Jörg Handwerg: Ein Flugzeug kann nicht unsichtbar werden. Wir Piloten haben zwar das Sekundärradar, den Transponder, an Bord. Das können wir natürlich ausschalten. So etwas wie das elektronische ACARS, das die Systemdaten des Flugzeugs an die Bodenstationen schickt, schaltet man normalerweise nicht ab. Der Pilot könnte dies aber. Doch selbst wenn der Pilot Transponder und ACARS abstellen würde, gibt es immer noch den Primärradar, und der ist völlig unabhängig vom Pilot. Komplett verschwinden kann man nur, wenn man das Radar unterfliegt.

ZEIT ONLINE: Also ist es doch möglich?

Handwerg: Die Vorstellung, dass jemand länger das Radar unterfliegt, ist unrealistisch. Die großen Verkehrsflugzeuge sind dafür nicht gebaut. Je nach Gebiet muss man wirklich sehr weit runter, auf vielleicht Hundert Meter über dem Boden. Kampfflugzeuge haben einen Autopiloten, der schnell genug reagiert, um nicht am nächsten Hindernis kleben zu bleiben. Das haben wir in Verkehrsflugzeugen nicht. Außerdem bliebe es kaum unbemerkt, wenn Sie mit einer großen Passagiermaschine über bewohntem Gebiet fliegen würden. Das ist so laut, da würde jeder sofort nach oben blicken und sich fragen, was denn da gerade passiert. Sofort würde jemand bei der Polizei anrufen: Da stimmt was nicht.

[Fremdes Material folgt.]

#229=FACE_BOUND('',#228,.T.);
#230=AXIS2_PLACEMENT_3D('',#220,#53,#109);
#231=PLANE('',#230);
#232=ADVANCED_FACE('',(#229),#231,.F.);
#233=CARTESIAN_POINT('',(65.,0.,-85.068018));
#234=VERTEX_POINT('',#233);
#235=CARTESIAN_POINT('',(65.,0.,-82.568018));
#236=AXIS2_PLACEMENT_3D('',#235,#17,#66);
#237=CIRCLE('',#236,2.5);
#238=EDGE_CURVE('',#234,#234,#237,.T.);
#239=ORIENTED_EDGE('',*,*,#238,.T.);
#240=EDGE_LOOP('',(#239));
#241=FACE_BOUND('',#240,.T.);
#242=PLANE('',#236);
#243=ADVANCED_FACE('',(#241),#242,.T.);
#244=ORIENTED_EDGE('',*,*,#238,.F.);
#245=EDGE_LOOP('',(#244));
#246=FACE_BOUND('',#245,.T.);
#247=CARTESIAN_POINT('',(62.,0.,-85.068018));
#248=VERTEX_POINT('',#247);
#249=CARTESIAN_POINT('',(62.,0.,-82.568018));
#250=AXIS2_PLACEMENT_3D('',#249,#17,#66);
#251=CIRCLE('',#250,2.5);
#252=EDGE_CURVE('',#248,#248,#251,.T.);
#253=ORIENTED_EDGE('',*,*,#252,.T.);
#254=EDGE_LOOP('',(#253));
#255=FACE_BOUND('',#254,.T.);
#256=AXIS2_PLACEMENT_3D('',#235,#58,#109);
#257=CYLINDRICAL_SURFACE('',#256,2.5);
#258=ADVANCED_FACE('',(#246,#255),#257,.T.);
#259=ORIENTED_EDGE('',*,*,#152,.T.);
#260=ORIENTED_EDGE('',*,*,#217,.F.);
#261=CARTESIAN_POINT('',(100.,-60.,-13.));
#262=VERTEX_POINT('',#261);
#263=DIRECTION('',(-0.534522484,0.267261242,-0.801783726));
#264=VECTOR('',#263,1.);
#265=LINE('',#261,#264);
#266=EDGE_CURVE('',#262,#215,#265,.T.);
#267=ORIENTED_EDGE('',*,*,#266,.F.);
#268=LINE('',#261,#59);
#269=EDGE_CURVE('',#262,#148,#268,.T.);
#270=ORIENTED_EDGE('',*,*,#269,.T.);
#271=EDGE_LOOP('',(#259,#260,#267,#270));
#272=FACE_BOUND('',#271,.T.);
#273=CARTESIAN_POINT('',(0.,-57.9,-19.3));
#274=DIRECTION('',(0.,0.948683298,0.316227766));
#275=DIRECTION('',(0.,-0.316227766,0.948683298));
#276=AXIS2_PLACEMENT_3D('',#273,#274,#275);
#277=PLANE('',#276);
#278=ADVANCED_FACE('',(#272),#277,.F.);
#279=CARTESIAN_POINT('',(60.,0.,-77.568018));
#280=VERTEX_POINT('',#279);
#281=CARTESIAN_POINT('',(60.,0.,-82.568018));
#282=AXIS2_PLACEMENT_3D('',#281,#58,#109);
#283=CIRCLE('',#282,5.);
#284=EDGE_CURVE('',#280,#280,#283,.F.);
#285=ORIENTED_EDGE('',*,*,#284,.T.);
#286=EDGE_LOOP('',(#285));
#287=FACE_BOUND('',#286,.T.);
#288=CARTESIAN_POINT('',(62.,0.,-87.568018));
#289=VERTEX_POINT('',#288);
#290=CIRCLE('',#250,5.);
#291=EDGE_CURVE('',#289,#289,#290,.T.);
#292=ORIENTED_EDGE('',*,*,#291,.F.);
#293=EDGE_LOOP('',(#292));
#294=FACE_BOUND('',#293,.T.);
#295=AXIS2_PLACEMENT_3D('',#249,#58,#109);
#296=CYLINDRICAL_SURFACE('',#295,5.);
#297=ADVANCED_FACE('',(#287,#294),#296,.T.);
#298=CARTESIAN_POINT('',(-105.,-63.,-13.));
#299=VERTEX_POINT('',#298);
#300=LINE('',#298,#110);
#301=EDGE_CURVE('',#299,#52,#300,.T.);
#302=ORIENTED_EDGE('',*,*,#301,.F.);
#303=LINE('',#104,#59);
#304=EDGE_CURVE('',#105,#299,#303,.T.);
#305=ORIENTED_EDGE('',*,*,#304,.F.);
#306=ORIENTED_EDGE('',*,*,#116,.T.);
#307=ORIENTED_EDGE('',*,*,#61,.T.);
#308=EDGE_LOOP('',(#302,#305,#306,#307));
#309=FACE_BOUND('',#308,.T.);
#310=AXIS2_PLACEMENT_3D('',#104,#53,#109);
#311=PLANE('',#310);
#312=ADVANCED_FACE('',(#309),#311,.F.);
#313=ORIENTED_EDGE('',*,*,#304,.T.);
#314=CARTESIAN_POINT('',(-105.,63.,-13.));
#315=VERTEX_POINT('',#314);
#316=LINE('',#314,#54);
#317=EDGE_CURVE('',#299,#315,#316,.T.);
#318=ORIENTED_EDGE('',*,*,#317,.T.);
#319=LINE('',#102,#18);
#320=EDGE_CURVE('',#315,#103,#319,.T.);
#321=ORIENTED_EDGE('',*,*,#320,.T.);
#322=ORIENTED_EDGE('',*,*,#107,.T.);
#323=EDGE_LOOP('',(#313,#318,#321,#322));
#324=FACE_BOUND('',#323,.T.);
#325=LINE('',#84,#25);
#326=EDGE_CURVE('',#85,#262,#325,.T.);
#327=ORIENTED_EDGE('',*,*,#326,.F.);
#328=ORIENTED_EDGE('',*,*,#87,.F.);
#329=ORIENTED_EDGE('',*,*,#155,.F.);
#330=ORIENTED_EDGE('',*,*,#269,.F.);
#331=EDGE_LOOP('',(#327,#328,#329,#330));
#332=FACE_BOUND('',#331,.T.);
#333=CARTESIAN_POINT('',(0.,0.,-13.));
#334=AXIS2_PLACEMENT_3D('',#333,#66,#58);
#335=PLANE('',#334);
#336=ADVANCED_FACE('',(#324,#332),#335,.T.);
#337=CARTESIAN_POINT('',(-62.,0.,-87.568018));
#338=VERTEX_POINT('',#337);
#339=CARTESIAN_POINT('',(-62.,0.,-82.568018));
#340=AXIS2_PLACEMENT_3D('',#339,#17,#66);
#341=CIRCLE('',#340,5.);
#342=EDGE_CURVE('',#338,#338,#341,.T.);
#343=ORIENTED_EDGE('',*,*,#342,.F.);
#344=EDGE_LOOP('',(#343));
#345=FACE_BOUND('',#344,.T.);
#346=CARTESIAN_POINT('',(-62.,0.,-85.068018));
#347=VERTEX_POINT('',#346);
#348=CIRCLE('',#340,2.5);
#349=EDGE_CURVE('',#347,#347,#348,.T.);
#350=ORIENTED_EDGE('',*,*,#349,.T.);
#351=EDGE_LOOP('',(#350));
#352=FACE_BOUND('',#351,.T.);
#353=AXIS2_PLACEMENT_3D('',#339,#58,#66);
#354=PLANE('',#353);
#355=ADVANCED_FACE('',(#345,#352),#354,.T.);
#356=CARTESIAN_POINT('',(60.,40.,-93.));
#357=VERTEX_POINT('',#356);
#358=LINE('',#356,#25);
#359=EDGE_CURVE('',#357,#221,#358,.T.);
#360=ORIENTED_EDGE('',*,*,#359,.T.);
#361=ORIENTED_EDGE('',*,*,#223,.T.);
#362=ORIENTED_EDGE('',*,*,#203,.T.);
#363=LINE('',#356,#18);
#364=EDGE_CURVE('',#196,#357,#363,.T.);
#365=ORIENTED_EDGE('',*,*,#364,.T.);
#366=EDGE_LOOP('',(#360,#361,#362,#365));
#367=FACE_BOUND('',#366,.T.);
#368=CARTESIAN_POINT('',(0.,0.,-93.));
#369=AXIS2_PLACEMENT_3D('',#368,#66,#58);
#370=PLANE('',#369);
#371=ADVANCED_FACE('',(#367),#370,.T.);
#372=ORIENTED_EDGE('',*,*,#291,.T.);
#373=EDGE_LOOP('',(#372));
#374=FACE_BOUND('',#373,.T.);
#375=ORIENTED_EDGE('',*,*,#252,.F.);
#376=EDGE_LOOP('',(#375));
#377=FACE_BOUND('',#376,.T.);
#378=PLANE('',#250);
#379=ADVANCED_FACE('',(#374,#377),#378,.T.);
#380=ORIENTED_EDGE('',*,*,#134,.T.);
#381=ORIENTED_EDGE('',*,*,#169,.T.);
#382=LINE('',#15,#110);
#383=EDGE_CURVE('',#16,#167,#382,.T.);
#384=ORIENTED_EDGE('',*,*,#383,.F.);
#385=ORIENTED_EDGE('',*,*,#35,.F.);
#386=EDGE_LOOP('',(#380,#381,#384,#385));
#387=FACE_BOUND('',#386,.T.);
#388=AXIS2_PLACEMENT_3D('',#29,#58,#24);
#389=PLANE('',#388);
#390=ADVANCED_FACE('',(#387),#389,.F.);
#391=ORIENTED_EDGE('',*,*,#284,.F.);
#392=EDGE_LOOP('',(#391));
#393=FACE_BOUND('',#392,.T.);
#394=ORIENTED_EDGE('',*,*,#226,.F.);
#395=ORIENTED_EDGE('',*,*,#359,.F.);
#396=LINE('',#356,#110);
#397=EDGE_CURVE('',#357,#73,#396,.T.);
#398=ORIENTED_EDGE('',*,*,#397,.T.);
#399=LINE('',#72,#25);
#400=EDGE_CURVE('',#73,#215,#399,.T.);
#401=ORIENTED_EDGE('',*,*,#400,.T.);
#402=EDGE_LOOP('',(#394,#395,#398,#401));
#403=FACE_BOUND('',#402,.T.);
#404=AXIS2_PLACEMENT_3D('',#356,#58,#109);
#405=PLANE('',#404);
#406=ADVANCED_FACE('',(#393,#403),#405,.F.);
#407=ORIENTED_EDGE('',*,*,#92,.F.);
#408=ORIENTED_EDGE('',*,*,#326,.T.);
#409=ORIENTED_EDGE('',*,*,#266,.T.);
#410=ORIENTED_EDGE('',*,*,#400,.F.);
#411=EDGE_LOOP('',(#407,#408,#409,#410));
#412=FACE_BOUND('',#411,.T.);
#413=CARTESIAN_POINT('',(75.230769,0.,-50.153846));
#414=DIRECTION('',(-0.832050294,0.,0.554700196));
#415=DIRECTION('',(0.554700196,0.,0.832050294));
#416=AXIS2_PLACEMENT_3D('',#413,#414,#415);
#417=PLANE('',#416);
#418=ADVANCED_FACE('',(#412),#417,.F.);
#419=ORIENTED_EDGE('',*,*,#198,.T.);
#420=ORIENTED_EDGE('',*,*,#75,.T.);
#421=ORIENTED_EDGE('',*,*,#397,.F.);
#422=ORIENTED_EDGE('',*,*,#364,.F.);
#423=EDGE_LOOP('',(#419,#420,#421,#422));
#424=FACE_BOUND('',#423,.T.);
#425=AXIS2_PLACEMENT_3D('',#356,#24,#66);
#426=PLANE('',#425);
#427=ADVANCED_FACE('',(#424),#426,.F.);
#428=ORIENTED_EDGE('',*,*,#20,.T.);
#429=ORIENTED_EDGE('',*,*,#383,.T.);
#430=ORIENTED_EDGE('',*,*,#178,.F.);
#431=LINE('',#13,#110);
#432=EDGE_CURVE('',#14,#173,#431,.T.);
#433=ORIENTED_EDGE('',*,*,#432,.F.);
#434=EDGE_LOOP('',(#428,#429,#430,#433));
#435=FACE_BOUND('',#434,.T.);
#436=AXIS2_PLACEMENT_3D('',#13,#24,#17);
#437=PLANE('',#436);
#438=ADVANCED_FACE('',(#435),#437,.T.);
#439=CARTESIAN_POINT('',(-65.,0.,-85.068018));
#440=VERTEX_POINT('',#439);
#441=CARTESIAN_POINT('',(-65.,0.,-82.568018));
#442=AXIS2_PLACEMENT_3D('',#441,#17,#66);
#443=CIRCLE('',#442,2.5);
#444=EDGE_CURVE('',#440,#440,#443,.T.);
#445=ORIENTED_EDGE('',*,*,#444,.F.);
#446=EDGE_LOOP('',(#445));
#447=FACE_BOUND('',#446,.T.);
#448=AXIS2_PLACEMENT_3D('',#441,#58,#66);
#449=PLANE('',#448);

ZEIT ONLINE: Warum gibt es dann die Möglichkeit, Transponder und ACARS einfach abzuschalten?

Handwerg: Das hat mit der technischen Sicherheit zu tun. Alle Geräte an Bord sind mit einer Sicherung versehen. Wenn es mal zu einem Kurzschluss kommt, muss es diese Sicherung geben, damit es nicht zum Brand kommt. Und am Boden, in der Parkposition, wird der Transponder generell ausgeschaltet, weil er mit seinen Signalen nur die Flugsicherung stören würde.

ZEIT ONLINE: Haben die Piloten der verschwundenen malaysischen Maschine die Kommunikation selbst gekappt?

Handwerg: Das weiß kein Mensch. Das ist eine Vermutung, die inzwischen als Fakt dargestellt wird. Die Geräte können genauso gut ausgefallen sein. Selbst wenn es stimmen sollte, dass das ACARS zehn Minuten nach dem Transponder keine Signale mehr sendete, kann man davon nicht automatisch auf ein absichtliches Ausschalten durch die Piloten schließen. Außerdem soll die Maschine ja noch mehrere Stunden Funk-Signale gesendet haben. Wie das gehen soll, wenn das ACARS abgeschaltet ist, erschließt sich mir bisher nicht. Fakt ist: Vom Flughafen aus kann man nicht feststellen, ob es ausgefallen ist oder der Pilot es ausgeschaltet hat.